## Your instructions
Your answer must be the full set of records, repeated exactly.

(Records from a data source)

☆ ☆ ☆ ☆

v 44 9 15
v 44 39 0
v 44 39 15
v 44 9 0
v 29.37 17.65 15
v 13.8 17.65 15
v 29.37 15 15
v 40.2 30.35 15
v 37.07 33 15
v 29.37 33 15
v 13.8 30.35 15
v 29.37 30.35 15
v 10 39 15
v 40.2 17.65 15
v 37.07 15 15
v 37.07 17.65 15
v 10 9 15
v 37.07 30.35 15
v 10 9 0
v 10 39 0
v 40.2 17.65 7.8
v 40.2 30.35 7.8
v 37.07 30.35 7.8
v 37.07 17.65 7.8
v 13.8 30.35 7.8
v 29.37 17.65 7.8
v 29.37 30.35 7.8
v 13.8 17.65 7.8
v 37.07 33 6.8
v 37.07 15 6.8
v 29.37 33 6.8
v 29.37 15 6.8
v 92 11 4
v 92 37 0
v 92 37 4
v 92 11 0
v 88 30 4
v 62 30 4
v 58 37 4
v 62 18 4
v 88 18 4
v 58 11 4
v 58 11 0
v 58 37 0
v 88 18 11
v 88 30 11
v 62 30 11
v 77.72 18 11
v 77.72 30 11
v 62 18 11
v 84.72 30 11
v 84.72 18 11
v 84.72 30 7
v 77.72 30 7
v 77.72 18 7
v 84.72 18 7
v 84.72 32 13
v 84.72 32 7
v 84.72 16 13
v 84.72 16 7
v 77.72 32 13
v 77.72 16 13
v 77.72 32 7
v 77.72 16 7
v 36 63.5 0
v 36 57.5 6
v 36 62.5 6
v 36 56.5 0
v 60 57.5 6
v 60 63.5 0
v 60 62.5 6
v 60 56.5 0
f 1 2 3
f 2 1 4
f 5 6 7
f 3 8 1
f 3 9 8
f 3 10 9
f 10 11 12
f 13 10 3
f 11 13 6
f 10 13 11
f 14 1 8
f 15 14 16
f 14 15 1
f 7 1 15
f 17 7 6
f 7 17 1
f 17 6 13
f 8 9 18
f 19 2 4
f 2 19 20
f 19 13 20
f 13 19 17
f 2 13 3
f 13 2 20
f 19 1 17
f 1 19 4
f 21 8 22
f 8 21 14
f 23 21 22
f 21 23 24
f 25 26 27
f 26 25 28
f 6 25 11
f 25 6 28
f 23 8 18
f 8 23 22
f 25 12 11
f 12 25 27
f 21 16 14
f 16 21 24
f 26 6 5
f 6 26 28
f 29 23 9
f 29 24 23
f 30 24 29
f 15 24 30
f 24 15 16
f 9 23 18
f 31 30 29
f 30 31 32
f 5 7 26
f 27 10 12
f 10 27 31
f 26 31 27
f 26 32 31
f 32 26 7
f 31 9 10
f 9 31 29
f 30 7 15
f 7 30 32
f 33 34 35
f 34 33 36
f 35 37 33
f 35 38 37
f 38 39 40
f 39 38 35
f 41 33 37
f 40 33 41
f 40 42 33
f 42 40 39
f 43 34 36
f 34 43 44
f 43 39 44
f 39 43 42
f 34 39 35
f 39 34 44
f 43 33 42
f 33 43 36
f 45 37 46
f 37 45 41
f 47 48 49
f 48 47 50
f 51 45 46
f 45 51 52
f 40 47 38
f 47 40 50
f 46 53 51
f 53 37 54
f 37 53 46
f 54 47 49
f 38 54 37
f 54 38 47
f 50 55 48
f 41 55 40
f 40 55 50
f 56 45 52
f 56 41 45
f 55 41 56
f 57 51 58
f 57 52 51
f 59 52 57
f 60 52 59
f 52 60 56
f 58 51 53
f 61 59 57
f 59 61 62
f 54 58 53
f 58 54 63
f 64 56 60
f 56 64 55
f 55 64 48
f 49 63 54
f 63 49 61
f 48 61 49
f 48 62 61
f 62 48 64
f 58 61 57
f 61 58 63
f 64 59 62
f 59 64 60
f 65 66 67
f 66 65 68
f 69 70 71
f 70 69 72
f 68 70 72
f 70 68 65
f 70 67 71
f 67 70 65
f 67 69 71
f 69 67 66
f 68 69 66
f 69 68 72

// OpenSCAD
/*
Sample 055: Nut-Feder-Verbindung mit Querkeil — 0,35 mm
Generated from the FDM Mechanical Sample Library.
Units: millimetres.

Override examples:
  openscad -o custom.stl -D 'view="plate"' -D 'render_fn=64' model.scad
  openscad -o preview.png -D 'view="assembly"' model.scad
*/
use <../../../library/fdm_mechanisms.scad>

render_fn = is_undef(render_fn) ? 48 : render_fn;
view = is_undef(view) ? "plate" : view;
$fn = render_fn;

sample_wedge_lock_joint(
    view=view,
    clearance=0.35
);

☆ ☆ ☆ ☆

## The answer
v 44 9 15
v 44 39 0
v 44 39 15
v 44 9 0
v 29.37 17.65 15
v 13.8 17.65 15
v 29.37 15 15
v 40.2 30.35 15
v 37.07 33 15
v 29.37 33 15
v 13.8 30.35 15
v 29.37 30.35 15
v 10 39 15
v 40.2 17.65 15
v 37.07 15 15
v 37.07 17.65 15
v 10 9 15
v 37.07 30.35 15
v 10 9 0
v 10 39 0
v 40.2 17.65 7.8
v 40.2 30.35 7.8
v 37.07 30.35 7.8
v 37.07 17.65 7.8
v 13.8 30.35 7.8
v 29.37 17.65 7.8
v 29.37 30.35 7.8
v 13.8 17.65 7.8
v 37.07 33 6.8
v 37.07 15 6.8
v 29.37 33 6.8
v 29.37 15 6.8
v 92 11 4
v 92 37 0
v 92 37 4
v 92 11 0
v 88 30 4
v 62 30 4
v 58 37 4
v 62 18 4
v 88 18 4
v 58 11 4
v 58 11 0
v 58 37 0
v 88 18 11
v 88 30 11
v 62 30 11
v 77.72 18 11
v 77.72 30 11
v 62 18 11
v 84.72 30 11
v 84.72 18 11
v 84.72 30 7
v 77.72 30 7
v 77.72 18 7
v 84.72 18 7
v 84.72 32 13
v 84.72 32 7
v 84.72 16 13
v 84.72 16 7
v 77.72 32 13
v 77.72 16 13
v 77.72 32 7
v 77.72 16 7
v 36 63.5 0
v 36 57.5 6
v 36 62.5 6
v 36 56.5 0
v 60 57.5 6
v 60 63.5 0
v 60 62.5 6
v 60 56.5 0
f 1 2 3
f 2 1 4
f 5 6 7
f 3 8 1
f 3 9 8
f 3 10 9
f 10 11 12
f 13 10 3
f 11 13 6
f 10 13 11
f 14 1 8
f 15 14 16
f 14 15 1
f 7 1 15
f 17 7 6
f 7 17 1
f 17 6 13
f 8 9 18
f 19 2 4
f 2 19 20
f 19 13 20
f 13 19 17
f 2 13 3
f 13 2 20
f 19 1 17
f 1 19 4
f 21 8 22
f 8 21 14
f 23 21 22
f 21 23 24
f 25 26 27
f 26 25 28
f 6 25 11
f 25 6 28
f 23 8 18
f 8 23 22
f 25 12 11
f 12 25 27
f 21 16 14
f 16 21 24
f 26 6 5
f 6 26 28
f 29 23 9
f 29 24 23
f 30 24 29
f 15 24 30
f 24 15 16
f 9 23 18
f 31 30 29
f 30 31 32
f 5 7 26
f 27 10 12
f 10 27 31
f 26 31 27
f 26 32 31
f 32 26 7
f 31 9 10
f 9 31 29
f 30 7 15
f 7 30 32
f 33 34 35
f 34 33 36
f 35 37 33
f 35 38 37
f 38 39 40
f 39 38 35
f 41 33 37
f 40 33 41
f 40 42 33
f 42 40 39
f 43 34 36
f 34 43 44
f 43 39 44
f 39 43 42
f 34 39 35
f 39 34 44
f 43 33 42
f 33 43 36
f 45 37 46
f 37 45 41
f 47 48 49
f 48 47 50
f 51 45 46
f 45 51 52
f 40 47 38
f 47 40 50
f 46 53 51
f 53 37 54
f 37 53 46
f 54 47 49
f 38 54 37
f 54 38 47
f 50 55 48
f 41 55 40
f 40 55 50
f 56 45 52
f 56 41 45
f 55 41 56
f 57 51 58
f 57 52 51
f 59 52 57
f 60 52 59
f 52 60 56
f 58 51 53
f 61 59 57
f 59 61 62
f 54 58 53
f 58 54 63
f 64 56 60
f 56 64 55
f 55 64 48
f 49 63 54
f 63 49 61
f 48 61 49
f 48 62 61
f 62 48 64
f 58 61 57
f 61 58 63
f 64 59 62
f 59 64 60
f 65 66 67
f 66 65 68
f 69 70 71
f 70 69 72
f 68 70 72
f 70 68 65
f 70 67 71
f 67 70 65
f 67 69 71
f 69 67 66
f 68 69 66
f 69 68 72

// OpenSCAD
/*
Sample 055: Nut-Feder-Verbindung mit Querkeil — 0,35 mm
Generated from the FDM Mechanical Sample Library.
Units: millimetres.

Override examples:
  openscad -o custom.stl -D 'view="plate"' -D 'render_fn=64' model.scad
  openscad -o preview.png -D 'view="assembly"' model.scad
*/
use <../../../library/fdm_mechanisms.scad>

render_fn = is_undef(render_fn) ? 48 : render_fn;
view = is_undef(view) ? "plate" : view;
$fn = render_fn;

sample_wedge_lock_joint(
    view=view,
    clearance=0.35
);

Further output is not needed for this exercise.